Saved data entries
★ ★ ★ ★ ★

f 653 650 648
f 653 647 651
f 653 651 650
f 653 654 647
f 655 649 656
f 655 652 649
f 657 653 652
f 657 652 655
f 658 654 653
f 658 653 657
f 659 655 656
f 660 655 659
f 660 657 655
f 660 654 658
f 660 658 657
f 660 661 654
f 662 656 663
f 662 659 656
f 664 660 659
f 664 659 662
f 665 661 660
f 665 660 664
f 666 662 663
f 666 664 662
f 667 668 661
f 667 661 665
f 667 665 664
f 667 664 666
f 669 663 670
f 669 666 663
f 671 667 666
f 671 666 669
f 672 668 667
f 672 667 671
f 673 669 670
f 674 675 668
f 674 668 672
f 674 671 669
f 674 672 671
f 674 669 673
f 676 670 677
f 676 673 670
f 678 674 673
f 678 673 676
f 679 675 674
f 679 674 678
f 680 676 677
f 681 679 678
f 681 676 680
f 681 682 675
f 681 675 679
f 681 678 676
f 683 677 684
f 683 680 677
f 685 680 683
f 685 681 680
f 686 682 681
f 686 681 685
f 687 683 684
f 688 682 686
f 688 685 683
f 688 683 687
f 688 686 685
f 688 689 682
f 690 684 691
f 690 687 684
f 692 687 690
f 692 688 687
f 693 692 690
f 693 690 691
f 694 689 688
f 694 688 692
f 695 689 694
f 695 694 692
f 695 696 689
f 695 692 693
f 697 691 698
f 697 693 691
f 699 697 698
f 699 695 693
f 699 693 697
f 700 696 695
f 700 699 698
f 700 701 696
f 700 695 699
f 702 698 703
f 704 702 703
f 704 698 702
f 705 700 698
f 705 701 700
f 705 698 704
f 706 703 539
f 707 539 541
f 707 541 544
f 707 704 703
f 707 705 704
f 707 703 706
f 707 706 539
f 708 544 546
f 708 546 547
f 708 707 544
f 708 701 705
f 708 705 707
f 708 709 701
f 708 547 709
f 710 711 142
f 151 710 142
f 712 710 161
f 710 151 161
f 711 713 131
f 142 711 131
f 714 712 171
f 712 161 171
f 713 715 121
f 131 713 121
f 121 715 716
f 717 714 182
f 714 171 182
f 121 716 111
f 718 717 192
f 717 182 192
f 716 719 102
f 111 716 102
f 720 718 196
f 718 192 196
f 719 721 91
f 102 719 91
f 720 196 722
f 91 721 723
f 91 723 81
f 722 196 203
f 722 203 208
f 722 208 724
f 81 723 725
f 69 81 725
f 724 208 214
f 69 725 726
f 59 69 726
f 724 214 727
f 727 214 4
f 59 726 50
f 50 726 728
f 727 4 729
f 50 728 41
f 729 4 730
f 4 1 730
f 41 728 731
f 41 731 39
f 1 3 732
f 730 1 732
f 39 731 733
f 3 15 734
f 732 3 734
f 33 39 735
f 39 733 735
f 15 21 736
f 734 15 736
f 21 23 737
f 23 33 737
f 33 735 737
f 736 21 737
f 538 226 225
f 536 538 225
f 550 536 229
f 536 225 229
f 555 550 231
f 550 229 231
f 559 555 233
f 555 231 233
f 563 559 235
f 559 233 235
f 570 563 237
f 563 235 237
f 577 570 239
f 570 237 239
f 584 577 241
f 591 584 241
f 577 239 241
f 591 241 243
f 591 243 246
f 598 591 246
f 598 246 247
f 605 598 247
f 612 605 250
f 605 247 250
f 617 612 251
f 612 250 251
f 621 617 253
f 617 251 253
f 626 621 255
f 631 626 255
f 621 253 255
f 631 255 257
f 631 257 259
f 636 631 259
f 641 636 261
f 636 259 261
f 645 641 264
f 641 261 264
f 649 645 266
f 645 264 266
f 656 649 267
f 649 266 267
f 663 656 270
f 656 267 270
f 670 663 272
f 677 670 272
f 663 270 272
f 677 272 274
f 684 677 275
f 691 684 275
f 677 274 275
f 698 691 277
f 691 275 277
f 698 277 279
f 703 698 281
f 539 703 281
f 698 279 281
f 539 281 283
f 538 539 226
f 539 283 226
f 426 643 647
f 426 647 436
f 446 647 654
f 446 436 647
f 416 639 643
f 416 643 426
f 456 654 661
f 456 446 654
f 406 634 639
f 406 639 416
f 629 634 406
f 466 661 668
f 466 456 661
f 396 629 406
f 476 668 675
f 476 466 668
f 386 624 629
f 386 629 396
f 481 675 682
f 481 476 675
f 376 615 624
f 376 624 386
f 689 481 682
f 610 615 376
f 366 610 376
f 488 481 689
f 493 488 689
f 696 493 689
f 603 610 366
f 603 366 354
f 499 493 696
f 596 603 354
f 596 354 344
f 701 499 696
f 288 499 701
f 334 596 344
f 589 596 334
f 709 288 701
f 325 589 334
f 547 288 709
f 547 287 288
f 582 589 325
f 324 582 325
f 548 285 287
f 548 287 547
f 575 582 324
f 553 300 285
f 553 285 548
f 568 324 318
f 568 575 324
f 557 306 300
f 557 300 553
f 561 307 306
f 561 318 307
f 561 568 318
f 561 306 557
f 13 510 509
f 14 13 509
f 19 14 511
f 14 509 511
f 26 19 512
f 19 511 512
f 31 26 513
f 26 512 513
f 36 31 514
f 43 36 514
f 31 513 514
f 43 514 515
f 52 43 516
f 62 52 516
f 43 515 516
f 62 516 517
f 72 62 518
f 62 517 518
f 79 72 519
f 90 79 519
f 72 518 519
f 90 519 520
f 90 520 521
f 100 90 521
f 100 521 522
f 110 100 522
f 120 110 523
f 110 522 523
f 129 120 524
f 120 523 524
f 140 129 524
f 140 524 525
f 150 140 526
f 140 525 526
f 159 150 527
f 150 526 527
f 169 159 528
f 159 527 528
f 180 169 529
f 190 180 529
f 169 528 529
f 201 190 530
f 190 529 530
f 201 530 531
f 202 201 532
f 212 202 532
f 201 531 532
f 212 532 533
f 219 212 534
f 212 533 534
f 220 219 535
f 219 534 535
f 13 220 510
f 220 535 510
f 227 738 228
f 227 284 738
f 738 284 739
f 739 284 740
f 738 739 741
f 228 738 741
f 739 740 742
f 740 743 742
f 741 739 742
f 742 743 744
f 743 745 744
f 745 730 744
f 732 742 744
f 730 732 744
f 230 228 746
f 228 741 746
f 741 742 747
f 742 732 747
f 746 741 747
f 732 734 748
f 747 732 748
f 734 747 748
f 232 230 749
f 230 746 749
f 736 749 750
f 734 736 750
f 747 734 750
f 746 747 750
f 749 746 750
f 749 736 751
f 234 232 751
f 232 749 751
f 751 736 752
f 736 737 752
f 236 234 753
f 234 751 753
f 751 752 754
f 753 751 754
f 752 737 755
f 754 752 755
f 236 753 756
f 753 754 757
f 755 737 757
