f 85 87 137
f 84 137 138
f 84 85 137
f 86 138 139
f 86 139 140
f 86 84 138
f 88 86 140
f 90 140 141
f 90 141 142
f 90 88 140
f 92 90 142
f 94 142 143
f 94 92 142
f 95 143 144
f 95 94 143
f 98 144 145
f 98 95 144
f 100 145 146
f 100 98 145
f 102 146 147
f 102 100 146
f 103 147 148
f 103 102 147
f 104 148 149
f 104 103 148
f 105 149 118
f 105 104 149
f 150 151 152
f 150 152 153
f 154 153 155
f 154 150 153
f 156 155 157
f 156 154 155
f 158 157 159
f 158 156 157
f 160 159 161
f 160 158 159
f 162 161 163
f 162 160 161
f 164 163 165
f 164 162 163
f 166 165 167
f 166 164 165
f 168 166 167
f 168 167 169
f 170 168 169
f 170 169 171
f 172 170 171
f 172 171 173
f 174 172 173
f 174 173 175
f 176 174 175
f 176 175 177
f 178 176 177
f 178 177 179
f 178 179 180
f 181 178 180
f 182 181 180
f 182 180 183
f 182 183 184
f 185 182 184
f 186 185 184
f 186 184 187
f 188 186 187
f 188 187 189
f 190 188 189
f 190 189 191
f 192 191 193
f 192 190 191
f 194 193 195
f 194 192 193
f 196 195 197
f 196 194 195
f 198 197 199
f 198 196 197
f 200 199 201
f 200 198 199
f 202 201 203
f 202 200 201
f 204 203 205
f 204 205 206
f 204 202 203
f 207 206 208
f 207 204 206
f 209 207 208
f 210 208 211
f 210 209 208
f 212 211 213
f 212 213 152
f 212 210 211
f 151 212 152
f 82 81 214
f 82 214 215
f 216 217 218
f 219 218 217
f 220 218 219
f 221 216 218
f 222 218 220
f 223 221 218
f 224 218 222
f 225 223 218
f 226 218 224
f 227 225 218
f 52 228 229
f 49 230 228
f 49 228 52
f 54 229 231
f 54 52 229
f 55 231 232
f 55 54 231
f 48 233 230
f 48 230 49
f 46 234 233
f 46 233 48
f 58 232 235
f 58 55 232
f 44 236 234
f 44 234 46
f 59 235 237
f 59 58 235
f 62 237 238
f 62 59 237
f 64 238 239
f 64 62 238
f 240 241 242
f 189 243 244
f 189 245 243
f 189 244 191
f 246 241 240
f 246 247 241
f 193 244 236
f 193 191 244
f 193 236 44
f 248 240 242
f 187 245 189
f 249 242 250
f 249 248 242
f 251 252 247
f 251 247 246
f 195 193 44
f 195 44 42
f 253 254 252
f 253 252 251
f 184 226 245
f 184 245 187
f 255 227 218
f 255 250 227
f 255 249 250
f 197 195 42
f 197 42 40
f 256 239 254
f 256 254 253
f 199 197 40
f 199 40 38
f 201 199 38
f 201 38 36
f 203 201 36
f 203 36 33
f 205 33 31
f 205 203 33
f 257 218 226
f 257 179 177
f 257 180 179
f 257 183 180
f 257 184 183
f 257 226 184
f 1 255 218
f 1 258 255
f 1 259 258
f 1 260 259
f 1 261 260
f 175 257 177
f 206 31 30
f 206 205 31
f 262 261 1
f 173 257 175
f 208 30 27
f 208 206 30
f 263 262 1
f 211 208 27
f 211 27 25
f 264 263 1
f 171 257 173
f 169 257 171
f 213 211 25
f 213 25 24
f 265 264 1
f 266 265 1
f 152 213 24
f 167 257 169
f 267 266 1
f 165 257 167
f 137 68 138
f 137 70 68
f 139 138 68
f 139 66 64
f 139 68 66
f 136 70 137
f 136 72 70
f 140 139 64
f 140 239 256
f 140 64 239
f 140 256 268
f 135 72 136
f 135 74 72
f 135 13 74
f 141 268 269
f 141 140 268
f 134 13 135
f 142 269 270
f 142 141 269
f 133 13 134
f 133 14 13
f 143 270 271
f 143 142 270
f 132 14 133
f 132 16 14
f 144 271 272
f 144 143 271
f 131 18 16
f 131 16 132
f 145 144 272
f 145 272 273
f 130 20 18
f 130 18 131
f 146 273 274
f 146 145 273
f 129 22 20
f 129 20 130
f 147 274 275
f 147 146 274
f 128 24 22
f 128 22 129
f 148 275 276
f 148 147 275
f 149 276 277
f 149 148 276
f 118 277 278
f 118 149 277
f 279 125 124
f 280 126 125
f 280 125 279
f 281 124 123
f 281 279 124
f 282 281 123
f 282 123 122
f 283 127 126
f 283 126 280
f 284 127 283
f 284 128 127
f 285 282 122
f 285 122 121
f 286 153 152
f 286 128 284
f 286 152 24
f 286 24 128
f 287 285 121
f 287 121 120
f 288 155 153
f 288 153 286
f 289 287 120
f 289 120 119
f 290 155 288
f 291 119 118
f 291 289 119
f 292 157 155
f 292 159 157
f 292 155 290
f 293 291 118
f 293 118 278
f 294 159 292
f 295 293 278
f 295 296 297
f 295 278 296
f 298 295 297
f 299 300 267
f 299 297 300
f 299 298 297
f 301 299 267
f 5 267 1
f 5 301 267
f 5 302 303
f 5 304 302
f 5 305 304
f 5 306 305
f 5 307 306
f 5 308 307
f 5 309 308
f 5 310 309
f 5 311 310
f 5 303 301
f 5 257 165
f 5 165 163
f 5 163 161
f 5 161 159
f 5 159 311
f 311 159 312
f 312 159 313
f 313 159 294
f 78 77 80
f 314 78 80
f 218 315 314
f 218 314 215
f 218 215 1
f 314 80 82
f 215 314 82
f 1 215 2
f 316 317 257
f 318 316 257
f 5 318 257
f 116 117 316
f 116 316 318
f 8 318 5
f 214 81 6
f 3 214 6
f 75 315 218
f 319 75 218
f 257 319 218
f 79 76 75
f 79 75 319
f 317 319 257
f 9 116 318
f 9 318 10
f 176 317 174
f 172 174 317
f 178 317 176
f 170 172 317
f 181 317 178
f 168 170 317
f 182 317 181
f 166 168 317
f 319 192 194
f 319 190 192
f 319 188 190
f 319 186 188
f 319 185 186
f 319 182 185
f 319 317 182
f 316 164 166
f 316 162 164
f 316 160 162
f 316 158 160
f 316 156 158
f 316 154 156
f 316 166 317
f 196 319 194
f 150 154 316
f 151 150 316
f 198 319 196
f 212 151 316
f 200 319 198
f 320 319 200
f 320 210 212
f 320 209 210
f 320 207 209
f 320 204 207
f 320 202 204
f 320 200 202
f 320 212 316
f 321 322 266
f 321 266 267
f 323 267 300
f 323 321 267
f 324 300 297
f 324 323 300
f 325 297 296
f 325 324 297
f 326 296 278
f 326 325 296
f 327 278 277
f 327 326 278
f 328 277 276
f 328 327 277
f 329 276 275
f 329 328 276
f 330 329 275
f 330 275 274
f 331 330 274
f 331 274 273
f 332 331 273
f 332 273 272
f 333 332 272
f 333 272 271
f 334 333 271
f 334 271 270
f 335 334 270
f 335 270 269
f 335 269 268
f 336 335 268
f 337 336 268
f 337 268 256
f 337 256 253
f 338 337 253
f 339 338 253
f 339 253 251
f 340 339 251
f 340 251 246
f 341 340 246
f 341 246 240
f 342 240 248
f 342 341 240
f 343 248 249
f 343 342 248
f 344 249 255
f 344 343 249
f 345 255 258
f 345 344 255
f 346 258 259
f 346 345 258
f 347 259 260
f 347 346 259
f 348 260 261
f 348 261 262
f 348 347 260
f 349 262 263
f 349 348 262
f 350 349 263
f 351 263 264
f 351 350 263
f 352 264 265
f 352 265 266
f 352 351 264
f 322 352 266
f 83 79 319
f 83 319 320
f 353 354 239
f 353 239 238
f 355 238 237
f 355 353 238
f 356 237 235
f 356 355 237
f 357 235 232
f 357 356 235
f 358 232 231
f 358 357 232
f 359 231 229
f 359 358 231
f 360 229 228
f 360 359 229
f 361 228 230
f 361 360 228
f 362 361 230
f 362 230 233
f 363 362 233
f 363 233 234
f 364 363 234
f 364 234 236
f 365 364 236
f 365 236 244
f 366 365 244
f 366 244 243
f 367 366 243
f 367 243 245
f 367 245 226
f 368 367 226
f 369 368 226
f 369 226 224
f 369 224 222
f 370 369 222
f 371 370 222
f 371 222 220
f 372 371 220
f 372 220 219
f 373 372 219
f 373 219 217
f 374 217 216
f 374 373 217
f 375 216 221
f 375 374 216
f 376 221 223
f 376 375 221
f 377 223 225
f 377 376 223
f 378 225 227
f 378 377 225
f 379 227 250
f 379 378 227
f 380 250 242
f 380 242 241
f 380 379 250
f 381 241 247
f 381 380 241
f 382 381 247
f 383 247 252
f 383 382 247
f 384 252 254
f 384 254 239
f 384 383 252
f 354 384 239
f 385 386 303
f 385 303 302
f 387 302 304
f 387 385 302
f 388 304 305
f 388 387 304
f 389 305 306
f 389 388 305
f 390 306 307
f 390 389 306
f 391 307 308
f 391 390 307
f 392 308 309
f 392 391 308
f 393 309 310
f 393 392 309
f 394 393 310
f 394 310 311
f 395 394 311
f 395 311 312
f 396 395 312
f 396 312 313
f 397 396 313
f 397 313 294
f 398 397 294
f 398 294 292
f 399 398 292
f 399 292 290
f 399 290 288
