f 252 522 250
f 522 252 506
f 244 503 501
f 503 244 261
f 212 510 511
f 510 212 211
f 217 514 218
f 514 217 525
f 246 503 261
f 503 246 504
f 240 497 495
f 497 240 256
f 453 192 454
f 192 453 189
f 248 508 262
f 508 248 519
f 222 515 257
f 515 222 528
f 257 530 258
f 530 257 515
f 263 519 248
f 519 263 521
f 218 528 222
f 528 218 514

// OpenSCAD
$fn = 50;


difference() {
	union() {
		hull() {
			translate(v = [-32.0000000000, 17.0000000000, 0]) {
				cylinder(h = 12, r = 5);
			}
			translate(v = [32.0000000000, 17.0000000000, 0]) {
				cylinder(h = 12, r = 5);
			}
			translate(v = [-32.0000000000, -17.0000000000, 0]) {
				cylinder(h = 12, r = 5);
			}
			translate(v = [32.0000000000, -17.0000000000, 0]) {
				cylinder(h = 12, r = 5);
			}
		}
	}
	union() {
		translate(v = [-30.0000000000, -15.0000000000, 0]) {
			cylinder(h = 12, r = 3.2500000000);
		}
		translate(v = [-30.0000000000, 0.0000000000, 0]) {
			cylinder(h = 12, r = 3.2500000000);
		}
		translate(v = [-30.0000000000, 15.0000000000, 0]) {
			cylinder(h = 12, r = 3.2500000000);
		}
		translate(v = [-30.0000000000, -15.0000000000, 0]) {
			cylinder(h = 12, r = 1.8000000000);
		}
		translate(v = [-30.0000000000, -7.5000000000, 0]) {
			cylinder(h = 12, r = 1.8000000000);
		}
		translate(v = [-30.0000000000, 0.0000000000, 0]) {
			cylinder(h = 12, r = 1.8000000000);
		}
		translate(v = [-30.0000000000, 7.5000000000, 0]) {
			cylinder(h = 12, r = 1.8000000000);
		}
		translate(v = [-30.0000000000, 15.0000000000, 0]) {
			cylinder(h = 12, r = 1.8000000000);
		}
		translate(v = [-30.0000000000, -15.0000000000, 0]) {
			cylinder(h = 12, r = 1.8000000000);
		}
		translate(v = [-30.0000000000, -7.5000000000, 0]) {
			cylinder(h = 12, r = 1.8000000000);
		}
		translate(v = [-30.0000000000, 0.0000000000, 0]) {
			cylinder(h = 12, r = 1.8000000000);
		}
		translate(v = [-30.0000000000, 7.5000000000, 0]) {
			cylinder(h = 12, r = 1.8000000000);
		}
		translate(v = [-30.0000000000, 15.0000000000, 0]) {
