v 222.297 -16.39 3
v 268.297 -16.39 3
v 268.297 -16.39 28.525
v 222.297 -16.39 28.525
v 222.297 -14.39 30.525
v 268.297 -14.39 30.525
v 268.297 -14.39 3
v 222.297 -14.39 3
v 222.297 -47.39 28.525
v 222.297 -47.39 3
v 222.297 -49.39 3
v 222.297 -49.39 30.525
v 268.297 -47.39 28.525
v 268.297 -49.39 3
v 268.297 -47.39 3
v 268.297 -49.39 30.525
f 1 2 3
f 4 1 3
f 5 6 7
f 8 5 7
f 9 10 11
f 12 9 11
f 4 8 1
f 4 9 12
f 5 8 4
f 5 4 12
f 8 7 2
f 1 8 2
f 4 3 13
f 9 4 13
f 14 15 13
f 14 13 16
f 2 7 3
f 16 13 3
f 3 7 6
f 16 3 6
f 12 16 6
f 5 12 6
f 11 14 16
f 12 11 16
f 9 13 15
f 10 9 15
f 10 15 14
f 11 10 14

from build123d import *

# Parameters (mm, degrees)
EXTRUDE_THIN1_DEPTH = 46


with BuildPart() as part:
    # Sketch3 → Extrude-Thin1 (new body)
    with BuildSketch(Plane.ZY.offset(-268.297)):
        Polygon((3, -16.39), (28.524751964, -16.39), (28.524751964, -47.39), (3, -47.39), (3, -49.39), (30.524751964, -49.39), (30.524751964, -14.39), (3, -14.39), align=None)
    extrude(amount=EXTRUDE_THIN1_DEPTH)


solid = part.part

★ ★ ★ ★ ★

# DIRECTIONS
Among the entries above, find the line with "f 684 677 275" and the line with "f 201 531 532"; give again exactly these two lines and all lines between them.

# YOUR SOLUTION
f 684 677 275
f 691 684 275
f 677 274 275
f 698 691 277
f 691 275 277
f 698 277 279
f 703 698 281
f 539 703 281
f 698 279 281
f 539 281 283
f 538 539 226
f 539 283 226
f 426 643 647
f 426 647 436
f 446 647 654
f 446 436 647
f 416 639 643
f 416 643 426
f 456 654 661
f 456 446 654
f 406 634 639
f 406 639 416
f 629 634 406
f 466 661 668
f 466 456 661
f 396 629 406
f 476 668 675
f 476 466 668
f 386 624 629
f 386 629 396
f 481 675 682
f 481 476 675
f 376 615 624
f 376 624 386
f 689 481 682
f 610 615 376
f 366 610 376
f 488 481 689
f 493 488 689
f 696 493 689
f 603 610 366
f 603 366 354
f 499 493 696
f 596 603 354
f 596 354 344
f 701 499 696
f 288 499 701
f 334 596 344
f 589 596 334
f 709 288 701
f 325 589 334
f 547 288 709
f 547 287 288
f 582 589 325
f 324 582 325
f 548 285 287
f 548 287 547
f 575 582 324
f 553 300 285
f 553 285 548
f 568 324 318
f 568 575 324
f 557 306 300
f 557 300 553
f 561 307 306
f 561 318 307
f 561 568 318
f 561 306 557
f 13 510 509
f 14 13 509
f 19 14 511
f 14 509 511
f 26 19 512
f 19 511 512
f 31 26 513
f 26 512 513
f 36 31 514
f 43 36 514
f 31 513 514
f 43 514 515
f 52 43 516
f 62 52 516
f 43 515 516
f 62 516 517
f 72 62 518
f 62 517 518
f 79 72 519
f 90 79 519
f 72 518 519
f 90 519 520
f 90 520 521
f 100 90 521
f 100 521 522
f 110 100 522
f 120 110 523
f 110 522 523
f 129 120 524
f 120 523 524
f 140 129 524
f 140 524 525
f 150 140 526
f 140 525 526
f 159 150 527
f 150 526 527
f 169 159 528
f 159 527 528
f 180 169 529
f 190 180 529
f 169 528 529
f 201 190 530
f 190 529 530
f 201 530 531
f 202 201 532
f 212 202 532
f 201 531 532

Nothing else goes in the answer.